В этих условиях рассчитывать на то, что Парламентская Ассамблея Совета Европы могла отказаться от возобновления югоосетинского досье, вряд ли было оправданно. Более того, опыт наших взаимоотношений с Западом показывает, что слишком резкие шаги с нашей стороны, которые нацелены на кардинальное улучшение отношений, воспринимаются Западом не так, как мы думаем. Напротив, как показывает опыт, в ответ на наши уступки, как правило, следует выдвижение к нам новых требований. Очень часто на Западе наши шаги навстречу воспринимают как признак слабости и как проявление готовности отказаться от тех позиций, которые Россия занимала до сих пор. Поэтому курс на "перезагрузку" и сближение, который призван помочь в решении задач экономического развития страны, должен быть очень хорошо просчитан. Он должен быть результатом глубокого анализа, а не поверхностных ожиданий и чисто субъективных пожеланий. Иначе он может обернуться непредвиденными политическими поражениями.
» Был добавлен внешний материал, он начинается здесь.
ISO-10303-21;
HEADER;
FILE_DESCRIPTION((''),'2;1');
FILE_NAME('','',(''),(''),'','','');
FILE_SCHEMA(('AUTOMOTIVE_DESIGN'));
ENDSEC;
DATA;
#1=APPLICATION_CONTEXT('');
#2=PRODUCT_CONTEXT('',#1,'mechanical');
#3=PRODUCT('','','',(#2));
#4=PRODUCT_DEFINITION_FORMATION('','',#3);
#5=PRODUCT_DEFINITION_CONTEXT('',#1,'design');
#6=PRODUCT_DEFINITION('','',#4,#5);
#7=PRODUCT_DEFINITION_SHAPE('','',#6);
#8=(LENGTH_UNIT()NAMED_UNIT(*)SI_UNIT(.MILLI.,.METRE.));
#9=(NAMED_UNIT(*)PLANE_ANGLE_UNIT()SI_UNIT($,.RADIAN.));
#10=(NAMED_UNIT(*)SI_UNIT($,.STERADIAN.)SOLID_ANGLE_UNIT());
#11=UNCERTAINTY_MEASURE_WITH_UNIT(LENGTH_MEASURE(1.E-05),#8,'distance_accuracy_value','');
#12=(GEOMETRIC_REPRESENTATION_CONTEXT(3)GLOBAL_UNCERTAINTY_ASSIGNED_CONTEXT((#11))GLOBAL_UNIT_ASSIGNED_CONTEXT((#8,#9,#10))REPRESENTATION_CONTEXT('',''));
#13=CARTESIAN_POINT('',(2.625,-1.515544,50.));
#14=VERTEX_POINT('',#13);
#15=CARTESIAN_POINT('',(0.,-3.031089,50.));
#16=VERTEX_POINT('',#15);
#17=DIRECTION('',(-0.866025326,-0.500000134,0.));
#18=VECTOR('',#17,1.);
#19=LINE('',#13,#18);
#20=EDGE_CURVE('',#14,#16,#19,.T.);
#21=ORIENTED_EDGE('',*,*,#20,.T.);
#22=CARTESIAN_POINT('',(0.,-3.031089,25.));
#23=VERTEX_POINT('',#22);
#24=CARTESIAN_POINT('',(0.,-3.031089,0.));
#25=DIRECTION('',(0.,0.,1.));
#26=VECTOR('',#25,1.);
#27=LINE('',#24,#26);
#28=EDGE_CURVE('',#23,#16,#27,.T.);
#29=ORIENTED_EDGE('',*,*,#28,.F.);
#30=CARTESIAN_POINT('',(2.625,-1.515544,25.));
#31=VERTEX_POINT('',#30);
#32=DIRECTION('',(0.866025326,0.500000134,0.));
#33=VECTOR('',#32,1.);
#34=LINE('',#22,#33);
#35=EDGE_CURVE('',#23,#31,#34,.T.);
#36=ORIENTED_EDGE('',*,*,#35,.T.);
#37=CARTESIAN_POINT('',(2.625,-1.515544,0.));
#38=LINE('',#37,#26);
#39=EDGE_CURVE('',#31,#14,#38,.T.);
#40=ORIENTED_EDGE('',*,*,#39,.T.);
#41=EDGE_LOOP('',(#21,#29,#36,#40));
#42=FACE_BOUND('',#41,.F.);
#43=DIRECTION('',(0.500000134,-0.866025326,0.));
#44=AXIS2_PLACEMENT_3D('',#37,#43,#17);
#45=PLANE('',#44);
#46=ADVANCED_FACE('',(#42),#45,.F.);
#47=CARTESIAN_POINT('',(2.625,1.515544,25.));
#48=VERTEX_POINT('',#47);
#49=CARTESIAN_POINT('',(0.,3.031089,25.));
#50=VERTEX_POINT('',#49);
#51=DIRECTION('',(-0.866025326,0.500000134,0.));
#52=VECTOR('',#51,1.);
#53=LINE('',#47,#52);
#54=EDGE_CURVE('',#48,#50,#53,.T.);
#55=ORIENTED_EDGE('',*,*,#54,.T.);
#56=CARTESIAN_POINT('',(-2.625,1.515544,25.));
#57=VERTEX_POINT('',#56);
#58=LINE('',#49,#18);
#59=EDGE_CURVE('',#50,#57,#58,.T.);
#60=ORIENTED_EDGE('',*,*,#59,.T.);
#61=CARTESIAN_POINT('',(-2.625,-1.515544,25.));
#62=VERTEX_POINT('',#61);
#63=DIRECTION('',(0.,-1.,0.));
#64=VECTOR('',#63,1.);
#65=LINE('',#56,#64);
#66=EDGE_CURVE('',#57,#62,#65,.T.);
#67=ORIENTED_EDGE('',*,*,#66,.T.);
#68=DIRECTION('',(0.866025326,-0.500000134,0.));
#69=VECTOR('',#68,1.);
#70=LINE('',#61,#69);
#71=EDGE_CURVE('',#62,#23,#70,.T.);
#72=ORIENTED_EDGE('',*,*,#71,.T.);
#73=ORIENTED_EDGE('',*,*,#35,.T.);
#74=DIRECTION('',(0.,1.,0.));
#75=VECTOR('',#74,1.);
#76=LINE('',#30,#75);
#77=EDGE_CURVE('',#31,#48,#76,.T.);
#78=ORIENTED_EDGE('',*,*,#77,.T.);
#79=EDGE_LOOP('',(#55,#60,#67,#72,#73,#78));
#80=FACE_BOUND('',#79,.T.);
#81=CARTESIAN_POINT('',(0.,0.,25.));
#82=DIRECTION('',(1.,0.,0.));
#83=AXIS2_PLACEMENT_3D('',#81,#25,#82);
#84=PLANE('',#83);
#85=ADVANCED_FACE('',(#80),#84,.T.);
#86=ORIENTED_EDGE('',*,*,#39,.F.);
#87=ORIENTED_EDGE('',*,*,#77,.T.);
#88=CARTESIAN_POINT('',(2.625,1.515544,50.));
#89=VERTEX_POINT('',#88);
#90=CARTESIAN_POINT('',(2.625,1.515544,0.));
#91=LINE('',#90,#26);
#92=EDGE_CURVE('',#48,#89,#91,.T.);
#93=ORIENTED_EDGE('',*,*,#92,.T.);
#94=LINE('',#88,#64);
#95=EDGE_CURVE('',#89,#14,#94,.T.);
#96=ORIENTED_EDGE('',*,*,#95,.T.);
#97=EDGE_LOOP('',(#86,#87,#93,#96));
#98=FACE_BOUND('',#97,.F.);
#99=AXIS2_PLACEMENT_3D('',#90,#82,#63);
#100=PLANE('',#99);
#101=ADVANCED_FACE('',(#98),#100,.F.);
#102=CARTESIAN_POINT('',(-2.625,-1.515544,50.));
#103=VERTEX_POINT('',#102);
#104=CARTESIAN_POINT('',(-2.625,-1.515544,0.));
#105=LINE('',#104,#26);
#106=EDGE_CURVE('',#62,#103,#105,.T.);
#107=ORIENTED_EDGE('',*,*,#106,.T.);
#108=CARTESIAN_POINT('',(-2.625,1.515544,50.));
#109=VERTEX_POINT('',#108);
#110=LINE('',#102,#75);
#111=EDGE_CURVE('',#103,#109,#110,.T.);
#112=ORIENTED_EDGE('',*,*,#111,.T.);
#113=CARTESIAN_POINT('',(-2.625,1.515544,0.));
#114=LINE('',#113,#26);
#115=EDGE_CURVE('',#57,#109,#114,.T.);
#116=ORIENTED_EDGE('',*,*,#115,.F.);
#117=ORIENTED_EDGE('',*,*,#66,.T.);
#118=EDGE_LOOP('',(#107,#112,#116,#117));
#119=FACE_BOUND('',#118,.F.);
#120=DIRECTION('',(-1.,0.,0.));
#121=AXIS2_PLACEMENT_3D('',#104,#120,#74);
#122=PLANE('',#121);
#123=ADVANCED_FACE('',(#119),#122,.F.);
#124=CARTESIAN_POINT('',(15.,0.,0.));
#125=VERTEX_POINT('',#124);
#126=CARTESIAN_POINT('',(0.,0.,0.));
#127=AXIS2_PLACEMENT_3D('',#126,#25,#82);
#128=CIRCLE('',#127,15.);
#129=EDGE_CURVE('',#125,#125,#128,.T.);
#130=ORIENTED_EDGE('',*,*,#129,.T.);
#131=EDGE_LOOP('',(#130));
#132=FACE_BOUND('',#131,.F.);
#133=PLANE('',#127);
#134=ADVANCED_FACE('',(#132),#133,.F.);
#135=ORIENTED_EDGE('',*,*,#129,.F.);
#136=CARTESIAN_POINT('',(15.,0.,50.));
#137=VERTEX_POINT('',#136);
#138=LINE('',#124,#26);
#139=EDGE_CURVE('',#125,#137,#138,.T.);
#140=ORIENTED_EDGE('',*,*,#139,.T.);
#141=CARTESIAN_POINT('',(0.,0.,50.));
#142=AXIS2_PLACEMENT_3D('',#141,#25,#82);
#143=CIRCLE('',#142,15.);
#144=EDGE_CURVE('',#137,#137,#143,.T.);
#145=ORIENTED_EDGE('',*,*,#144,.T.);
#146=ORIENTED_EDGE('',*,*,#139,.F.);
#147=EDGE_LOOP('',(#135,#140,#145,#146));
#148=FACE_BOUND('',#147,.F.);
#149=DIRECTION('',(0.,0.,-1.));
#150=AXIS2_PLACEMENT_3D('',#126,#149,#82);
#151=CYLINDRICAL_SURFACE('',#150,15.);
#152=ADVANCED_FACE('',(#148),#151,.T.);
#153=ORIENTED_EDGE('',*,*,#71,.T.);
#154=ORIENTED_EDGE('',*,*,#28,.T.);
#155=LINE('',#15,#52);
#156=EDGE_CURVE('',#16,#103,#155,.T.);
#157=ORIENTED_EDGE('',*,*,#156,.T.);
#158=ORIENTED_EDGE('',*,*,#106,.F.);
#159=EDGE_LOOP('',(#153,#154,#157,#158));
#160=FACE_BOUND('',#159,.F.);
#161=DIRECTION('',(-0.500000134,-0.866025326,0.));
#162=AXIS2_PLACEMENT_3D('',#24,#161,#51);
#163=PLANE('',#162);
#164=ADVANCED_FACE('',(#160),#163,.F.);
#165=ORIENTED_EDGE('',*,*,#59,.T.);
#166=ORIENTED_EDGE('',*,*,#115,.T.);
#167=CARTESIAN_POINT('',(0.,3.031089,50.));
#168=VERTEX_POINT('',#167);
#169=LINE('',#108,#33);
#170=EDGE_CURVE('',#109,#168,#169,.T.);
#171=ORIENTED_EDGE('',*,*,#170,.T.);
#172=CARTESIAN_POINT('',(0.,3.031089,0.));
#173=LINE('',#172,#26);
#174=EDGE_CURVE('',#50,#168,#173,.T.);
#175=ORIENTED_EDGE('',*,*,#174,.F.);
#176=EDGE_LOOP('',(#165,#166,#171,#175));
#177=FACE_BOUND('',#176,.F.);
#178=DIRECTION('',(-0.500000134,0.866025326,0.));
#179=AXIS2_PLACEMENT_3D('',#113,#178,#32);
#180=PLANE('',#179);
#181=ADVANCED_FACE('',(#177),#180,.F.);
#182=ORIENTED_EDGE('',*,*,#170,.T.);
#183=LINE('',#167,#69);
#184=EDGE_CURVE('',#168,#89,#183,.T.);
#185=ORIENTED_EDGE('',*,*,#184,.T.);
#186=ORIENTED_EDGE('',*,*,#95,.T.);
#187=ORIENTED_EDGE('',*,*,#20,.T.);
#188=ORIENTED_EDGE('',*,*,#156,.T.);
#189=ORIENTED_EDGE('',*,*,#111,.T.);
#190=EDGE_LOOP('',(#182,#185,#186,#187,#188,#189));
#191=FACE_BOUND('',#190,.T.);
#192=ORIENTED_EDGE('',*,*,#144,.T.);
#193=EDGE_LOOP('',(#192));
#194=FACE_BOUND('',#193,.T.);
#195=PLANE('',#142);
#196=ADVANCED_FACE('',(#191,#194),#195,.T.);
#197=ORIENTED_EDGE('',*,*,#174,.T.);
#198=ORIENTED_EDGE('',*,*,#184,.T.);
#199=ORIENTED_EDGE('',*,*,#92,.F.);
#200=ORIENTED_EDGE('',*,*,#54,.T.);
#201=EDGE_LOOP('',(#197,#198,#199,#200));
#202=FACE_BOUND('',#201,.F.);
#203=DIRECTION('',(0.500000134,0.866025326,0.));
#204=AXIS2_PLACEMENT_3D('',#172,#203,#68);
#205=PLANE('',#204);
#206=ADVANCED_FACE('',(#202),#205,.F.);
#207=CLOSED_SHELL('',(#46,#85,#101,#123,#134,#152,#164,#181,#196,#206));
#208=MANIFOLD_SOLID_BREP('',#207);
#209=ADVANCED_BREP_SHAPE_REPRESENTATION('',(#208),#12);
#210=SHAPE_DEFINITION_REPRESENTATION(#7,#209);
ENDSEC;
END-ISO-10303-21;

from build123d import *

# Parameters (mm, degrees)
F0_R     = 15
F1_DEPTH = 50
F2_DEPTH = 25


with BuildPart() as f1:
    # F0 (on Top) → F1 (new body)
    with BuildSketch(Plane.XY):
        Circle(F0_R)
        Polygon((0, 3.031089), (2.625, 1.515544), (2.625, -1.515544), (0, -3.031089), (-2.625, -1.515544), (-2.625, 1.515544), align=None, mode=Mode.SUBTRACT)
    extrude(amount=F1_DEPTH)

    # F0 (on Top) → F2 (join)
    with BuildSketch(Plane.XY):
        Polygon((2.625, -1.515544), (2.625, 1.515544), (0, 3.031089), (-2.625, 1.515544), (-2.625, -1.515544), (0, -3.031089), align=None)
    extrude(amount=F2_DEPTH)


solid = f1.part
ПОЖЕРТВУЕМ ЛИ МЫ ДРУЖБОЙ С ЧАВЕСОМ?
В начале октября в Москве находился президент Венесуэлы Уго Чавес. Профессиональный военный, полуиндеец, неутомимый оратор, любящий появляться на публике в красной рубахе, друг и почитатель Фиделя Кастро, Чавес является, видимо, одним из самых ярких современных мировых лидеров. На Западе отношение к нему противоречивое - левые устраивают ему овации, правые ненавидят и обвиняют в антиамериканизме. В США Чавеса прямо называют врагом Америки и обвиняют Россию в поддержке Чавеса. И здесь возникает вопрос: нет ли противоречия между политикой сближения с США, которая началась с приходом к власти Обамы, и укреплением отношений с Венесуэлой? И может ли это повлиять на нашу дружбу с Чавесом? Только что состоявшийся визит президента Венесуэлы в Москву показал: не повлияет. Входя визита стороны подтвердили свою близость и договорились о широком взаимодействии в самых разных сферах - от обороны до энергетики. В частности, было подписано соглашение о строительстве в Венесуэле российской атомной электростанции.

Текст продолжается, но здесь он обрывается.